The nondischargeability of certain debts is set forth under 11 U.S.C. § 523. That section provides in pertinent part that:

(a) A discharge under § 727, 1141, 1228(a), 1228(b), or 1320(b) of this title does not discharge an individual debtor from any debt —
(1) for a tax . . .
(A) of the kind and for the period specified in § 507(a)(2) or 507(a)(7) of this title, whether or not a claim for such tax was filed or allowed;
(B) with respect to which a return, if required
(i) was not filed; or
(ii) was filed after the date on which such return was last due, under applicable law or under any extension, and after two years before the date of the filing of the petition; or
(C) with respect to which the debtor made a fraudulent return or willfully attempted in any manner to evade or defeat such tax;

11 U.S.C. § 523(a)(1). Thus, if a tax liability is of a type described above, either under subsection (A), (B), or (C), it is nondischargeable.

*245 The plaintiffs would have this Court believe that since this tax liability does not fall within the exception to discharge provision under § 523(a)(1)(B)(ii), then the liability is discharged. This Court is in full agreement that Smiths' tax return was not filed "after the date on which such return was last due, under applicable law or any extensions, and after two years before the date of the filing of the petition." § 523(a)(1)(B)(ii). However, the test to determine nondischargeability of a tax liability under § 523(a)(1) does not end here. Subsections (A) and (C) of § 523(a)(1) must also be considered since, as the plaintiffs so aptly point out to the Court, the use of the word "or" in the statute indicates alternatives and requires that they be treated separately, citing Azure v. Morton, 514 F.2d 897, 900 (9th Cir.1975). Since the tax liability does not fall under Subsection (B) and Subsection (C) is inapplicable since there are no allegations of fraud, the Court must examine § 523(a)(1)(A).

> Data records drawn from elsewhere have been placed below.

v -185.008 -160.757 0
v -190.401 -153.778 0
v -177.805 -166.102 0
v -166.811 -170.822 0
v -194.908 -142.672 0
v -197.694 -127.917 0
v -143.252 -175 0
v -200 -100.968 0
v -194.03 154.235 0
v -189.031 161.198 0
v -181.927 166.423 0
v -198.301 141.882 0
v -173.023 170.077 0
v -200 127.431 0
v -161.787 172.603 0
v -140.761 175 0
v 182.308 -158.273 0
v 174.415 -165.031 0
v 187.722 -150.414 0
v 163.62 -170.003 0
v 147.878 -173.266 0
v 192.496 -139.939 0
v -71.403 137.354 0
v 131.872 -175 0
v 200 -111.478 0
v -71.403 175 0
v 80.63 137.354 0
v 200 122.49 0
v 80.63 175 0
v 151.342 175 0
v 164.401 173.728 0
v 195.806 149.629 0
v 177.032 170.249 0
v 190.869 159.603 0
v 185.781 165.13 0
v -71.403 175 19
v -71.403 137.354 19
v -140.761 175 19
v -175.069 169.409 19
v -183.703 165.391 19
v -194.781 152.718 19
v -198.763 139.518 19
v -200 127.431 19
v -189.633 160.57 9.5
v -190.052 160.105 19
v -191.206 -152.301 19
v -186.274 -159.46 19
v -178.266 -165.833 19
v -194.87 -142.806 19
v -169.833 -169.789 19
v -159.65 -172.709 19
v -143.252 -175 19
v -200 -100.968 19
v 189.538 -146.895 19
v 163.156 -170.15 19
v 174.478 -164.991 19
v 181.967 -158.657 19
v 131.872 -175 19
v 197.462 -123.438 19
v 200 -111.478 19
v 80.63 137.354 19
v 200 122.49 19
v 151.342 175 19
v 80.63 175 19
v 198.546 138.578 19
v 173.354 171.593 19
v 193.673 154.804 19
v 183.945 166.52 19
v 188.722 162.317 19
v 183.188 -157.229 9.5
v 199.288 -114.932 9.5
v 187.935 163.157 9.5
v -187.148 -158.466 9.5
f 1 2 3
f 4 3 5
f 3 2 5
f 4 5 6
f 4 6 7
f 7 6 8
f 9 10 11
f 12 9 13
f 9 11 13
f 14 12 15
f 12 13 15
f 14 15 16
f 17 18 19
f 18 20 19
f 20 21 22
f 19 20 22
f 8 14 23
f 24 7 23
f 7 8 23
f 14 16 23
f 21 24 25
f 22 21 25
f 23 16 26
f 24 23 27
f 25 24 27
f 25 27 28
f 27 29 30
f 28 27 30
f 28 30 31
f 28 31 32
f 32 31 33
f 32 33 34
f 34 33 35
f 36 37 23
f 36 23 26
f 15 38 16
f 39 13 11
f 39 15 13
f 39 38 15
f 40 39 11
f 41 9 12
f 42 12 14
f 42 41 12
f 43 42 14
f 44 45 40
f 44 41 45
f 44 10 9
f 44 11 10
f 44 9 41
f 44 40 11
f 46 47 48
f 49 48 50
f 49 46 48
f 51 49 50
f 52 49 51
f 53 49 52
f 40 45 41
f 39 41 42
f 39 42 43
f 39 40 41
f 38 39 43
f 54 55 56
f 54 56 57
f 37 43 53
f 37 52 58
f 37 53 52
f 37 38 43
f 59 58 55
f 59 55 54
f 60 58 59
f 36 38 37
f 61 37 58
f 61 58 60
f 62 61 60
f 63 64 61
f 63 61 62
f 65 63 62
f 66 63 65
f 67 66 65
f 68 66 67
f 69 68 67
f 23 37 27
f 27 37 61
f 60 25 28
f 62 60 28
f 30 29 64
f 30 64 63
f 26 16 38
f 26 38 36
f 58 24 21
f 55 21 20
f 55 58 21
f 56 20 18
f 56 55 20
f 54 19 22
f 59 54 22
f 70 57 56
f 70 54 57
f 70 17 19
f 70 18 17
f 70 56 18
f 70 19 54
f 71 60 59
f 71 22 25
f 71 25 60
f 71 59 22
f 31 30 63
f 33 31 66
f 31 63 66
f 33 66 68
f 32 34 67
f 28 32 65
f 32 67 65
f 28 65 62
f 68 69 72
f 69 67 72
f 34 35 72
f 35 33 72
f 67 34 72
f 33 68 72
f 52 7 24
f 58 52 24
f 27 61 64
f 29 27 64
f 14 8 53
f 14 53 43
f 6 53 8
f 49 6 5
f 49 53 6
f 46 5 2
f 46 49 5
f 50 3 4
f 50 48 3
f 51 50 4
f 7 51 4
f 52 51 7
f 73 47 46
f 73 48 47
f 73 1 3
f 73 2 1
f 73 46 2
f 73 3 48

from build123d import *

# Parameters (mm, degrees)
F0_W      = 400
F0_H      = 350
F1_DEPTH  = 19
F3_DEPTH  = 19.001
F5_DEPTH  = 19.0010001
F7_DEPTH  = 19.0010001
F9_DEPTH  = 19.0010001
F10_W     = 152.0328149199
F10_H     = 37.6462221146
F11_DEPTH = 19.0010001


with BuildPart() as f1:
    # F0 (on Top) → F1 (new body)
    with BuildSketch(Plane.XY):
        Rectangle(F0_W, F0_H)
    extrude(amount=F1_DEPTH)

    # F2 (on face) → F3 (cut, through all)
    with BuildSketch(Plane.XY.offset(19)):
        with BuildLine():
            Line((200, 175), (151.3424734159, 175))
            add(Edge.make_bspline(
                [(151.3424734159, 175), (163.628163973, 174.5270389431), (195.7541165045, 169.8113391239), (199.6478987114, 135.2669980399), (200, 122.4896438138)],
                knots=[0.1722762022, 0.1722762022, 0.1722762022, 0.1722762022, 0.4977126924, 0.8513762401, 0.8513762401, 0.8513762401, 0.8513762401], degree=3))
            Line((200, 122.4896438138), (200, 175))
        make_face()
    extrude(amount=-F3_DEPTH, mode=Mode.SUBTRACT)

    # F4 (on face) → F5 (cut, through all)
    with BuildSketch(Plane.XY.offset(19)):
        with BuildLine():
            add(Edge.make_bspline(
                [(-140.7613994596, 175), (-150.110855442, 173.3851097158), (-195.0889612855, 174.4196814068), (-199.6708864934, 136.6798470352), (-200, 127.4311682667)],
                knots=[0, 0, 0, 0, 0.4272708141, 0.7095152118, 0.7095152118, 0.7095152118, 0.7095152118], degree=3))
            Line((-140.7613994596, 175), (-200, 175))
            Line((-200, 175), (-200, 127.4311682667))
        make_face()
    extrude(amount=-F5_DEPTH, mode=Mode.SUBTRACT)

    # F6 (on face) → F7 (cut, through all)
    with BuildSketch(Plane.XY.offset(19)):
        with BuildLine():
            add(Edge.make_bspline(
                [(-200, -100.9678691626), (-198.025562325, -115.9679433742), (-200.7344906485, -168.6506935141), (-154.2425532874, -174.1251325706), (-143.251940608, -175)],
                knots=[0, 0, 0, 0, 0.432032055, 0.8175239829, 0.8175239829, 0.8175239829, 0.8175239829], degree=3))
            Line((-200, -100.9678691626), (-200, -175))
            Line((-200, -175), (-143.251940608, -175))
        make_face()
    extrude(amount=-F7_DEPTH, mode=Mode.SUBTRACT)

    # F8 (on face) → F9 (cut, through all)
    with BuildSketch(Plane.XY.offset(19)):
        with BuildLine():
            add(Edge.make_bspline(
                [(131.8723261356, -175), (147.6494681392, -172.9795732693), (191.3520223086, -173.7383685692), (199.6154264724, -111.8109622903), (200, -111.4782392979)],
                knots=[0, 0, 0, 0, 0.4868319345, 0.9480551396, 0.9480551396, 0.9480551396, 0.9480551396], degree=3))
            Line((131.8723261356, -175), (200, -175))
            Line((200, -175), (200, -112.0964959264))
            Line((200, -112.0964959264), (200, -111.4782392979))
        make_face()
    extrude(amount=-F9_DEPTH, mode=Mode.SUBTRACT)

    # F10 (on face) → F11 (cut, through all)
    with BuildSketch(Plane.XY.offset(19)):
        with Locations((4.6131424606, 156.1768889427)):
            Rectangle(F10_W, F10_H)
    extrude(amount=-F11_DEPTH, mode=Mode.SUBTRACT)


solid = f1.part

Subsection (A) makes nondischargeable any debt that is given priority treatment under § 507(a)(2) or § 507(a)(7). The applicable provision in this case is § 507(a)(7)(A)(i), which establishes a priority for allowed unsecured claims of governmental units, only to the extent that such claims are for:

(a) A tax on or measured by income or gross receipts . . .
(i) for a taxable year ending on or before the filing of the petition for which a return, if required, is last due, including extensions, after three years before the date of the filing of the petition; . . .

11 U.S.C. § 507(a)(7)(A)(i). In this case, the tax liability falls under the exception to dischargeability under Subsection (A) of § 523(a)(1) since the bankruptcy petition was filed within three years of the date when the tax return for 1983 should have been filed. Accordingly, since § 507(a)(7)(A)(i) establishes a priority for this tax liability, the claim is nondischargeable pursuant to § 523(a)(1)(A).

This Memorandum-Opinion constitutes findings of fact and conclusions of law.

An order consistent herewith will be entered this day.